Fun fact, the gun looks super real, so if you point it at the cops you get a wicked beat down.
I bought a pop-gun from the 1950s, the one with the little cork in the end of the barrel. I threw the gun away and used the cork to plug up the annoying holes in the head.
Fun fact, the gun looks super real, so if you point it at the cops you get a wicked beat down.
That must be one huge cork! More like an old fashioned musket ball flint pistol, no wonder it earns a beat down!
The hole is 0.7 inch, 17.75 mm in diam.
That's almost twice a 44!
"You can plug the valve cover and let your crank & oil pan seals vent the pressure."
Actually, I put a big hole (-8 AN) in the side of the block to vent the pressure to atmosphere through an oil recovery trap, and a feed line back into the sump for the oil return. This follows what Mazda did for the turbo B6T engines in the 323 GT and GTX.
There remains the vent on the other side of the valve cover to vent pressure, as well.
And, thinking of Midtenn's byline to one of the revered ones on this site, another one, Savington, (Andrew), has made clear that if you are going to vent the valve cover to atmosphere you do not want to do it with the PCV vent, you want to do it with the one on the hot side of the head. He has clearly stated that on the race track, the PCV side dumps a lot of oil and is better to be blocked.
If it were a street car I would not block it, if I had not installed a vent to atmosphere port on the bottom end of the block I would not block it. But the head will be vented, the seals will not be doing the job.

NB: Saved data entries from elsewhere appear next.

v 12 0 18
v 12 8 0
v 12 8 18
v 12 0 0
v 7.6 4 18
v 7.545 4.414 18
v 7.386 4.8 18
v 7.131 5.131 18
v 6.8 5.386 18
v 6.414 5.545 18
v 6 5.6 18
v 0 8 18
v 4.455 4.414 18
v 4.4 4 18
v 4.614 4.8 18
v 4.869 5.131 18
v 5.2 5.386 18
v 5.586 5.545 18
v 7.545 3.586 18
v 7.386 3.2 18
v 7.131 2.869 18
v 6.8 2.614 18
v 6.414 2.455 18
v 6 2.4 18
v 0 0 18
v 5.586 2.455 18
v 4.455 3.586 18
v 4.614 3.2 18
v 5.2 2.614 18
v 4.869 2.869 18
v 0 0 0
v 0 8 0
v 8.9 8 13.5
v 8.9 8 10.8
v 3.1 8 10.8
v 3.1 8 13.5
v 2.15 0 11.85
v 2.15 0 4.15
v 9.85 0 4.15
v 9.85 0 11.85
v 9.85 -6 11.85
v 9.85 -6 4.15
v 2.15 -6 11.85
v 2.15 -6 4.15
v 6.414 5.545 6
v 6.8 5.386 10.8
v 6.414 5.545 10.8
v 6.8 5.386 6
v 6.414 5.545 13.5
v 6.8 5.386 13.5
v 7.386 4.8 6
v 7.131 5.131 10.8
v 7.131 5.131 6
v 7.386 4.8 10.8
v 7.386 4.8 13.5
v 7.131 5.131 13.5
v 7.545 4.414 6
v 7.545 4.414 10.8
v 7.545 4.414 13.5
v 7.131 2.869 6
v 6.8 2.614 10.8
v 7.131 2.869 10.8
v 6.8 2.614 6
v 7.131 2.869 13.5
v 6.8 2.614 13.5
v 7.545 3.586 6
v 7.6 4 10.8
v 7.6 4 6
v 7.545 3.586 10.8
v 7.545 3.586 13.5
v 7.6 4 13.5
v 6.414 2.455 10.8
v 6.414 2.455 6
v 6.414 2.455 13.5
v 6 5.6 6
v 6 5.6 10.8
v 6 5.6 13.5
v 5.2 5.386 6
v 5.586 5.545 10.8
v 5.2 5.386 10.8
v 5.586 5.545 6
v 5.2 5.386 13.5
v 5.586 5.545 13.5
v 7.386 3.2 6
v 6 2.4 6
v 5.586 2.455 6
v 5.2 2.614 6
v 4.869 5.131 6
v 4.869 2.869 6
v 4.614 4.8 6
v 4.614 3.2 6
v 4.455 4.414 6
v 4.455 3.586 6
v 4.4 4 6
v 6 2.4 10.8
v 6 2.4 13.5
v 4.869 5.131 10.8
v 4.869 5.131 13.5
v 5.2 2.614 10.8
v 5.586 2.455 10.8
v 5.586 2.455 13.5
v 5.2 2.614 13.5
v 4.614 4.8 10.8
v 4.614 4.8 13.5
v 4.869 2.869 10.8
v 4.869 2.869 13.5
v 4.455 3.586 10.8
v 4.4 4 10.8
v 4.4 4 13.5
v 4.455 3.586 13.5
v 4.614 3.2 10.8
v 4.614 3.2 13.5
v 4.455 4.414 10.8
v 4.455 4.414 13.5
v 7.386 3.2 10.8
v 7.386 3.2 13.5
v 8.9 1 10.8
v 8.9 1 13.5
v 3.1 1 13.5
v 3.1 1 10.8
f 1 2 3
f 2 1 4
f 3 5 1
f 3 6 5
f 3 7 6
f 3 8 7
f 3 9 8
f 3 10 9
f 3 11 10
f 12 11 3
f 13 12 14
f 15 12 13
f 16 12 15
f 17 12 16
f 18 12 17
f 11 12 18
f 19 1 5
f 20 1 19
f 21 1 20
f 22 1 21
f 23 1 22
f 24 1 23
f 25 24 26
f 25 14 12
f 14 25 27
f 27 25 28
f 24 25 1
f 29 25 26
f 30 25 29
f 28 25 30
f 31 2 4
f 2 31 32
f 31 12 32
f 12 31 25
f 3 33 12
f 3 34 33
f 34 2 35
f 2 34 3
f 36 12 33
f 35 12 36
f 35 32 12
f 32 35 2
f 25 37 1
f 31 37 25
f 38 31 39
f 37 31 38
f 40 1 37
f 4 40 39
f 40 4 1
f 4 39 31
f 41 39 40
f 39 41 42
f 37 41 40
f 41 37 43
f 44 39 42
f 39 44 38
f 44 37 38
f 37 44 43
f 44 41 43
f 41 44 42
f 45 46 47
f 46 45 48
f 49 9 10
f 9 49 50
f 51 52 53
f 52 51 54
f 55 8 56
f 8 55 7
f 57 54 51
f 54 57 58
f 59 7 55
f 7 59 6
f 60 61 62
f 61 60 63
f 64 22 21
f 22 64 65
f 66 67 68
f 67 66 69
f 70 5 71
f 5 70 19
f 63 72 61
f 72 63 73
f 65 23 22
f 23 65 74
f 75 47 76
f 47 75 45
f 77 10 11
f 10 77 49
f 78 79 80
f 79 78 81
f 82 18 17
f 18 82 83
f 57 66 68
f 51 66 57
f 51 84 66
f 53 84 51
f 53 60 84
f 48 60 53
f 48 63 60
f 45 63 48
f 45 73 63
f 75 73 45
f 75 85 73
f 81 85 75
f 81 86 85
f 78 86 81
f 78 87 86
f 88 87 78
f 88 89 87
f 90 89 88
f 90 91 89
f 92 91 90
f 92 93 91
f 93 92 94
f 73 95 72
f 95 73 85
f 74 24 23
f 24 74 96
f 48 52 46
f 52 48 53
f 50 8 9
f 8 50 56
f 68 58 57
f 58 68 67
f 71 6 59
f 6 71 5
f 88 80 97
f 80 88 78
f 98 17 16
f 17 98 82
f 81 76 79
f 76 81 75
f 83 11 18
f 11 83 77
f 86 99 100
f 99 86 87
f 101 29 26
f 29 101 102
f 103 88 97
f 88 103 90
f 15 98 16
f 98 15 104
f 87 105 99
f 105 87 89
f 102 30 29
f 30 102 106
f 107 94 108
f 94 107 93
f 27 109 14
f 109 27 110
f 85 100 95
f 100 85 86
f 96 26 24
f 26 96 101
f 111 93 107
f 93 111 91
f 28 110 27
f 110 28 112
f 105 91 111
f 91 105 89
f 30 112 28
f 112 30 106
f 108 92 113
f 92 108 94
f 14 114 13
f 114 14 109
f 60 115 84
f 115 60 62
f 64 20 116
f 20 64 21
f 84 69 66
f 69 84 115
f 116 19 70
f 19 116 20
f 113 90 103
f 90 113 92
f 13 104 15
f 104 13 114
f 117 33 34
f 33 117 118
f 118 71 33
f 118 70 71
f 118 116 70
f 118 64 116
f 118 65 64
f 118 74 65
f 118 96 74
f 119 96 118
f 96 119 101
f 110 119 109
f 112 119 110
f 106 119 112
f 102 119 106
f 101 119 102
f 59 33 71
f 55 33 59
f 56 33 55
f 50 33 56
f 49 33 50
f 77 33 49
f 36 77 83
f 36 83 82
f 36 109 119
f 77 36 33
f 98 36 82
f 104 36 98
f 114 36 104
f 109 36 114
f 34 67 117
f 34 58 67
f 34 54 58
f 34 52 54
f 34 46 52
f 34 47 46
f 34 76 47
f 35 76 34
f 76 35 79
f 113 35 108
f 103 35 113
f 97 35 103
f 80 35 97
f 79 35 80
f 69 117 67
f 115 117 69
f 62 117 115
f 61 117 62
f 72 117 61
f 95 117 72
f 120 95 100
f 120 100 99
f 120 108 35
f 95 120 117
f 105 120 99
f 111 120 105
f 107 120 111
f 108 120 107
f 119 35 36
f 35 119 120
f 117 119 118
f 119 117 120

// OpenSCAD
// post4.scad -- 3D-printed nut-carrier post for the v4 wooden case.
// PRINT FOUR.  Each post hangs on a front/back wall: its tab drops into a
// through-slot lasered near the wall top, its top face sits flush with the
// wall top (= lid underside), and an M3 nut slides into the slot from the
// post's interior face, where it stays captive (same idea as the hex
// insets in v1/holder15.scad's PCB plates).  An M3 x 14 machine screw
// drives down through the lid into the nut; the nut_roof of plastic above
// the nut carries the pull-out load.  No glue anywhere: the tab locates
// the post, the screw clamps it.
//
// PRINT LYING ON A SIDE (x) FACE: every layer is then the full cross
// section (body + tab), so there are no overhangs and no support; the
// bore and nut slot print as short bridges.
//
// The parameters below MUST MATCH case4.scad (t, Hi, post_*).

t  = 6;       // case sheet thickness (tab reaches through the wall)
Hi = 43 - t;  // case interior height (info only; the post is ph tall)

pl = 12;      // post length along the wall
pd = 8;       // post depth into the case (clears the board footprint in plan)
ph = 18;      // post height; top face lands flush at the wall top

tab_w   = 8;      // wall slot is 8 x 8 (case4 post_tab_w/h)
tab_h   = 8;
tab_fit = 0.15;   // per-side clearance of the printed tab in the slot
tab_z   = ph - 14;   // tab bottom (post-local); slot at case z Hi-14..Hi-6

bore_d = 3.2;     // M3 clearance, down from the top face
bore_l = 12;
nut_w  = 5.8;     // M3 nut: 5.5 across flats + fit
nut_t  = 2.7;     // M3 nut: 2.4 thick + fit
nut_roof = 4.5;       // plastic between top face and nut
nut_slot_deep = 7;    // slide-in depth from the interior (y=pd) face

module post4() {
    difference() {
        union() {
            cube([pl, pd, ph]);                        // wall face at y=0
            translate([(pl-tab_w)/2 + tab_fit, -t, tab_z + tab_fit])
                cube([tab_w - 2*tab_fit, t + 0.01, tab_h - 2*tab_fit]);
        }
        // screw bore
        translate([pl/2, pd/2, ph - bore_l])
            cylinder(h=bore_l + 1, d=bore_d, $fn=24);
        // nut slide-in slot, open at the interior face
        translate([pl/2 - nut_w/2, pd - nut_slot_deep, ph - nut_roof - nut_t])
            cube([nut_w, nut_slot_deep + 1, nut_t]);
    }
}

post4();
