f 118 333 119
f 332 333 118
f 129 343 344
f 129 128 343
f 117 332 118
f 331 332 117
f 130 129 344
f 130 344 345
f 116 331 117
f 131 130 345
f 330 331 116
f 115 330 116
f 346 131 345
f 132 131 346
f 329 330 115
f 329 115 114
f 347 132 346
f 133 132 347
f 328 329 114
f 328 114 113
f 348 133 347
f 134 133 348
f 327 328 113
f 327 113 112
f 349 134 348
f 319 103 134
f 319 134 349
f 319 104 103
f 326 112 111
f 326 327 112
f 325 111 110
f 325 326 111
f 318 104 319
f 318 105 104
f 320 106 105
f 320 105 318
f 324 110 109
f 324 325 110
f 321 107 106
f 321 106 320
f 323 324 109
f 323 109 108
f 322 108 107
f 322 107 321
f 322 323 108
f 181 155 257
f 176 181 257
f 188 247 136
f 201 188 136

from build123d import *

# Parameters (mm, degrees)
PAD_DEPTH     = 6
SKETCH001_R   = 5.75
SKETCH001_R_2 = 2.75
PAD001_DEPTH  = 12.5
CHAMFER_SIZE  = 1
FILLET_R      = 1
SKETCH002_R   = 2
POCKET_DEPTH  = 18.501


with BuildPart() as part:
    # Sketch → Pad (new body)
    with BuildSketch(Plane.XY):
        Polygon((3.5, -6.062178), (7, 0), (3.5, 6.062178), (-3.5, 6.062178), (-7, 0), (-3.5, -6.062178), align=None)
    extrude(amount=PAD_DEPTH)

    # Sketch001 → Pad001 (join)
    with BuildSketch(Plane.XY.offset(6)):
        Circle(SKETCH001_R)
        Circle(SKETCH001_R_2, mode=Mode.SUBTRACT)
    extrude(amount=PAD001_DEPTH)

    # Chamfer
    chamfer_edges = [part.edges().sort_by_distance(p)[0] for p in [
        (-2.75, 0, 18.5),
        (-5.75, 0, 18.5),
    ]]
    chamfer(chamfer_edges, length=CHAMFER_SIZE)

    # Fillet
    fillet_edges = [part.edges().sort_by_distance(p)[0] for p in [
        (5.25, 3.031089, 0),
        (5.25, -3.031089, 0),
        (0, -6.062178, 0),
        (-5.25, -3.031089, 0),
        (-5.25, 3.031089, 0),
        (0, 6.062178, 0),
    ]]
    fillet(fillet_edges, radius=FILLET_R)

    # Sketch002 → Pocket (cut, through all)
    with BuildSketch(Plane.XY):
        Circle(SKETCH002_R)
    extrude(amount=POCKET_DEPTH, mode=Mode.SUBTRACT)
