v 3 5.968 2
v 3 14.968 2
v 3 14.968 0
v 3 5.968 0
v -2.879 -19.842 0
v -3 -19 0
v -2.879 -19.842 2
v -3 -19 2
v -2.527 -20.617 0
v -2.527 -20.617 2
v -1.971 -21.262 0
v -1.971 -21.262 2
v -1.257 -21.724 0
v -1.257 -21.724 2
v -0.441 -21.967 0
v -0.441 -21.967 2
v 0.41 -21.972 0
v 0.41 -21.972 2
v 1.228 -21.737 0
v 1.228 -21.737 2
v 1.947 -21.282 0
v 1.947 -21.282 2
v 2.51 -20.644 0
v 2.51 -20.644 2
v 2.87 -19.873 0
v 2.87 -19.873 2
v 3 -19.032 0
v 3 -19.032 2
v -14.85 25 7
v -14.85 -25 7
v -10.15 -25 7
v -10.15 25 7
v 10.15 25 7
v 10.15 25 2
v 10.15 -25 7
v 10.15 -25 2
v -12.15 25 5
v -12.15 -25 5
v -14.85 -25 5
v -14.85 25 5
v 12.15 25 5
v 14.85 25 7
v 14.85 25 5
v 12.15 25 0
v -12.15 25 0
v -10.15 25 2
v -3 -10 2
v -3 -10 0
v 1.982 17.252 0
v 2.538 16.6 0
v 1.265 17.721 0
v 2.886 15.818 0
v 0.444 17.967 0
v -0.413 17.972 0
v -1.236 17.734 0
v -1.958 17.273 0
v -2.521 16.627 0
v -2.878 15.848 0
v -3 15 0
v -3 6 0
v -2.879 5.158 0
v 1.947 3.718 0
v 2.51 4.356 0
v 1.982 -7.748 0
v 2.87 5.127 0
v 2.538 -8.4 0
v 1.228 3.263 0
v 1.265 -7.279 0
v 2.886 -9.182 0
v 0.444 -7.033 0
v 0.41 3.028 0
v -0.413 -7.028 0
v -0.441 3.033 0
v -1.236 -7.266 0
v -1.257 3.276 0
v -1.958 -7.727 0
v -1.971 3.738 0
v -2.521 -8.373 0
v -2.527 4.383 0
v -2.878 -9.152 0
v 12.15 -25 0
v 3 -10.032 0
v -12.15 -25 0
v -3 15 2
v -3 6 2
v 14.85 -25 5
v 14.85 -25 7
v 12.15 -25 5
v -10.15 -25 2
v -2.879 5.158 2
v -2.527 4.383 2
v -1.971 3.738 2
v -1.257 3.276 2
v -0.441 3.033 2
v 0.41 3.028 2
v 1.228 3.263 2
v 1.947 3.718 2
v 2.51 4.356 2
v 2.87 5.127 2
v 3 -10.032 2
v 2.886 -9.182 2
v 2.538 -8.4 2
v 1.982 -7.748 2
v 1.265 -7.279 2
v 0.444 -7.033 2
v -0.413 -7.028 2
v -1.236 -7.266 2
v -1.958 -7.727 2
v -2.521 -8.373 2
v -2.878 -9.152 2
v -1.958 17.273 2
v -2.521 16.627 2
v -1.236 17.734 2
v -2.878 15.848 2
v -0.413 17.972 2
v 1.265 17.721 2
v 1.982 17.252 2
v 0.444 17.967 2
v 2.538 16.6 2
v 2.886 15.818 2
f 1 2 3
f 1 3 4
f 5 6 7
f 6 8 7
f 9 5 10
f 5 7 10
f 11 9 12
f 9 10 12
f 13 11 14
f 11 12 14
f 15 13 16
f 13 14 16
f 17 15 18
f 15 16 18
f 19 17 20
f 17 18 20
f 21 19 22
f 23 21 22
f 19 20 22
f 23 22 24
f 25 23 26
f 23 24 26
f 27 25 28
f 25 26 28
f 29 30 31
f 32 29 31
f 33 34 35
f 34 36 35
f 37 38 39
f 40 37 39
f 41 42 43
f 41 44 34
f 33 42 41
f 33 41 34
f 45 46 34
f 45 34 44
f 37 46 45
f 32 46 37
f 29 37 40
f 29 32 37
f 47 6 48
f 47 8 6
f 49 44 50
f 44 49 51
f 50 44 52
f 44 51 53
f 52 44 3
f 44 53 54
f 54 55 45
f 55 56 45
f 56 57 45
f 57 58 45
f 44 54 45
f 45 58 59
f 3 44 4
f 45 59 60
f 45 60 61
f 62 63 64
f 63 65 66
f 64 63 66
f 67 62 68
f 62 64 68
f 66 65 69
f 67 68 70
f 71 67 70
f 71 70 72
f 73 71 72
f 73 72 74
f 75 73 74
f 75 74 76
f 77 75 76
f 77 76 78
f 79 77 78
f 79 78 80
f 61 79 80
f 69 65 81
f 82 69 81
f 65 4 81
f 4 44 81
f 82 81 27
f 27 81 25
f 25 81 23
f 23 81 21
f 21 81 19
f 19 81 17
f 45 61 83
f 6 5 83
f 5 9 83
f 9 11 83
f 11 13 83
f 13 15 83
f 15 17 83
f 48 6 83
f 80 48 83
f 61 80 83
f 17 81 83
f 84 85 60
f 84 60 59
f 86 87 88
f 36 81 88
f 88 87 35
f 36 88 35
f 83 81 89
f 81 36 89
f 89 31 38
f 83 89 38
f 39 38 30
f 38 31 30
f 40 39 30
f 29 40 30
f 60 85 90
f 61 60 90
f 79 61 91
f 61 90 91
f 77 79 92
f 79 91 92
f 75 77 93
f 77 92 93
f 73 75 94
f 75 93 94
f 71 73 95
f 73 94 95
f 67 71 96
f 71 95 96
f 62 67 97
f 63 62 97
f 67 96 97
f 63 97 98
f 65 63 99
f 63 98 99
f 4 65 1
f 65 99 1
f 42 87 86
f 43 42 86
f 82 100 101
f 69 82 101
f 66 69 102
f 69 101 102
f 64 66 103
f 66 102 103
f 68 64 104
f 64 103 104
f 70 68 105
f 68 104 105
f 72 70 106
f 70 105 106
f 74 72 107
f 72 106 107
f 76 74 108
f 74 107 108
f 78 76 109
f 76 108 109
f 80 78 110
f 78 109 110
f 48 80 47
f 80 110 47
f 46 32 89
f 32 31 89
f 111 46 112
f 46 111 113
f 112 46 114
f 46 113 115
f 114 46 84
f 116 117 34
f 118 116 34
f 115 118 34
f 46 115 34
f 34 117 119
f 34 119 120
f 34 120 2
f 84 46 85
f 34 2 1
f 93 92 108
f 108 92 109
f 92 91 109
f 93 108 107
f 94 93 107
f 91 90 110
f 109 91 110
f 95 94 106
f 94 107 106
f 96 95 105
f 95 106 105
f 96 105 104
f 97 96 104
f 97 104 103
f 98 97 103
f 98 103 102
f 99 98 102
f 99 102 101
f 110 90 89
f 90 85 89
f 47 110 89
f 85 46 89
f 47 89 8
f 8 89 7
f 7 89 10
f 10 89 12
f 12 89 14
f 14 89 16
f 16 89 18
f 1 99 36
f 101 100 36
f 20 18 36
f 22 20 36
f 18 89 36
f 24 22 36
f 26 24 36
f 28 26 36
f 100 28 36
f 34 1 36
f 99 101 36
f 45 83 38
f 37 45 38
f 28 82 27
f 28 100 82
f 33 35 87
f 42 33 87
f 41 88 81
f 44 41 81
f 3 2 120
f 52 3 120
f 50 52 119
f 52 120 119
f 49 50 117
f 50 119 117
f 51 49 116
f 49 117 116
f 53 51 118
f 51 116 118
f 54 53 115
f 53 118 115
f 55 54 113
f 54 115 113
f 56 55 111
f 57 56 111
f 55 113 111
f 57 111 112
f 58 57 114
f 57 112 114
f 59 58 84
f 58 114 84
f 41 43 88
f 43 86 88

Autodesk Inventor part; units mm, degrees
ref_plane "YZ Plane" through (0, 0, 0) normal (1, 0, 0) x (0, 1, 0)
ref_plane "XZ Plane" through (0, 0, 0) normal (0, 1, 0) x (-1, 0, 0)
ref_plane "XY Plane" through (0, 0, 0) normal (0, 0, 1) x (1, 0, 0)
sketch "Sketch1" plane through (0, 0, 0) normal (0, 1, 0) x (-1, 0, 0)
  line L0 (14.85, 7) -> (10.15, 7)
  line L1 (10.15, 7) -> (10.15, 2)
  line L2 (10.15, 2) -> (-10.15, 2)
  line L3 (-10.15, 2) -> (-10.15, 7)
  line L4 (-10.15, 7) -> (-14.85, 7)
  line L5 (-14.85, 7) -> (-14.85, 5)
  line L6 (-14.85, 5) -> (-12.15, 5)
  line L7 (-12.15, 5) -> (-12.15, 0)
  line L8 (-12.15, 0) -> (12.15, 0)
  line L9 (12.15, 0) -> (12.15, 5)
  line L10 (12.15, 5) -> (14.85, 5)
  line L11 (14.85, 5) -> (14.85, 7)
  point P0 (0, 0)
  point P1 (0, 0)
  point P2 (0, 2)
  point P3 (12.5, 7)
  point P4 (13.5, 5)
  dimension "d0" = 20.3
  dimension "d1" = 24.3
  dimension "d2" = 5
  dimension "d3" = 4.7
  dimension "d5" = 2
  dimension "d6" = 2
extrude "Extrusion1" add sketch "Sketch1" along normal mid plane 50
sketch "Sketch2" plane through (-10.15, 25, 2) normal (0, 0, 1) x (1, 0, 0)
  line L0 (13.1499, -10.0316) -> (13.1499, -19.0316)
  line L1 (7.1499, -19) -> (7.1499, -10)
  arc A0 (13.1499, -10.0316) -> (7.1499, -10) centre (10.15, -10) ccw
  arc A1 (7.1499, -19) -> (13.1499, -19.0316) centre (10.15, -19) ccw
  line L2 (0, 0) -> (20.3, 0) projected
  point P0 (10.15, -25)
  dimension "d9" = 6
  dimension "d12" = 9
  dimension "d13" = 10
extrude "Extrusion2" cut sketch "Sketch2" against normal up to surface (2 mm away)
pattern_linear "Rectangular Pattern1" count 2 spacing 25 along (0, -1, 0) of "Extrusion2"
properties part number "Part_B8"
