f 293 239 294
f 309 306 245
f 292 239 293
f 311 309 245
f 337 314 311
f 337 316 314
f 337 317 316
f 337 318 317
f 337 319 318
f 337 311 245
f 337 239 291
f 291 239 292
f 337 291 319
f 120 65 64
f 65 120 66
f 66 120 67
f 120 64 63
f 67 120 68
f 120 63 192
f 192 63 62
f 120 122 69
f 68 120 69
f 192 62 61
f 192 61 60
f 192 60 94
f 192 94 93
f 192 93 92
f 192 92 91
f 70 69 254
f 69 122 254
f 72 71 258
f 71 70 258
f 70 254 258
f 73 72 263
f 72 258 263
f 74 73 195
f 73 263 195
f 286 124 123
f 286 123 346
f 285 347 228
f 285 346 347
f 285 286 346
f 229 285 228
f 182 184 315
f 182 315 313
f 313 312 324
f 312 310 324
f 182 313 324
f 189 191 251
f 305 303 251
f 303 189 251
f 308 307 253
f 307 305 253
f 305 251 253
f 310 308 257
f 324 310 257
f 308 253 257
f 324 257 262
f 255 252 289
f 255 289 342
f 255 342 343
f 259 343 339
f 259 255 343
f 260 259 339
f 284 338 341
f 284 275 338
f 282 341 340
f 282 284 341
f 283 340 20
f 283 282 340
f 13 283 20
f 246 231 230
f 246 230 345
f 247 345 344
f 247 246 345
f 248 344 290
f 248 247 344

"You can plug the valve cover and let your crank & oil pan seals vent the pressure."
Actually, I put a big hole (-8 AN) in the side of the block to vent the pressure to atmosphere through an oil recovery trap, and a feed line back into the sump for the oil return. This follows what Mazda did for the turbo B6T engines in the 323 GT and GTX.
There remains the vent on the other side of the valve cover to vent pressure, as well.
In that case, I think Midtenn's on the money with the 1/2" NPT and plug
Vent to atmosphere from block. Used a boss or landing Mazda left on the casting.
ORB connector a tight fit in behind alternator, but it will work.
Then the condensed oil return to the sump was placed close to the bottom, in a space that clears the internal braces and strengthening bits, and externally fits between the 2001 engine mount (that follows the black line) and the cross member. ~ Filled oil level is marked by the short horizontal line.
A bit small a diameter, but the easiest size to fit. Used a -6 AN bulkhead part, with copper crush washers and gasket maker to seal it in place.
Neat. You just drilled that out? Does the engine go longways or sideways? Seems a miata might dump oil out that hole depending on which way you are going? That looks a lot lot lower than the original breather location if I'm not mistaken, because I thought that was above the mount bosses. At least if it's sideways you are off power when the oil sloshes up there?
I'd like a heated catch can with a programmed drain valve to the pan after coolant temp hopefully flashes out all the water and other nasty bits, an extra hole in the block to assist the head draining is just icing on teh cake.
I'd like a heated catch can with a programmed drain valve to the pan after coolant temp hopefully flashes out all the water and other nasty bits, ....
That does sound magnificent, but the closest thing I have found is the coolant heated Radium catch can. It adds a lot more plumbing, and they are very pricey. I have not brought myself to buy one.
Yes, the boss I used is about 1.5 inches lower than the one Mazda left of the 1.6 L block, which was just below the oil pump to oil filter feed line that runs visibly along the block. But they stopped having that boss on the 1.8 L engines. I will end up learning if it is too low. But there is a substantial windage tray, and it sits above that, which should help a bit.
I was thinking of making a catch can that sits on top of or near enough the exhaust to heat things up.
im not totally sold on the idea of returning the crank case vented oil back into the pan though.
seems like it would be fairly contaminated with combustion byproducts besides oil and oxidation.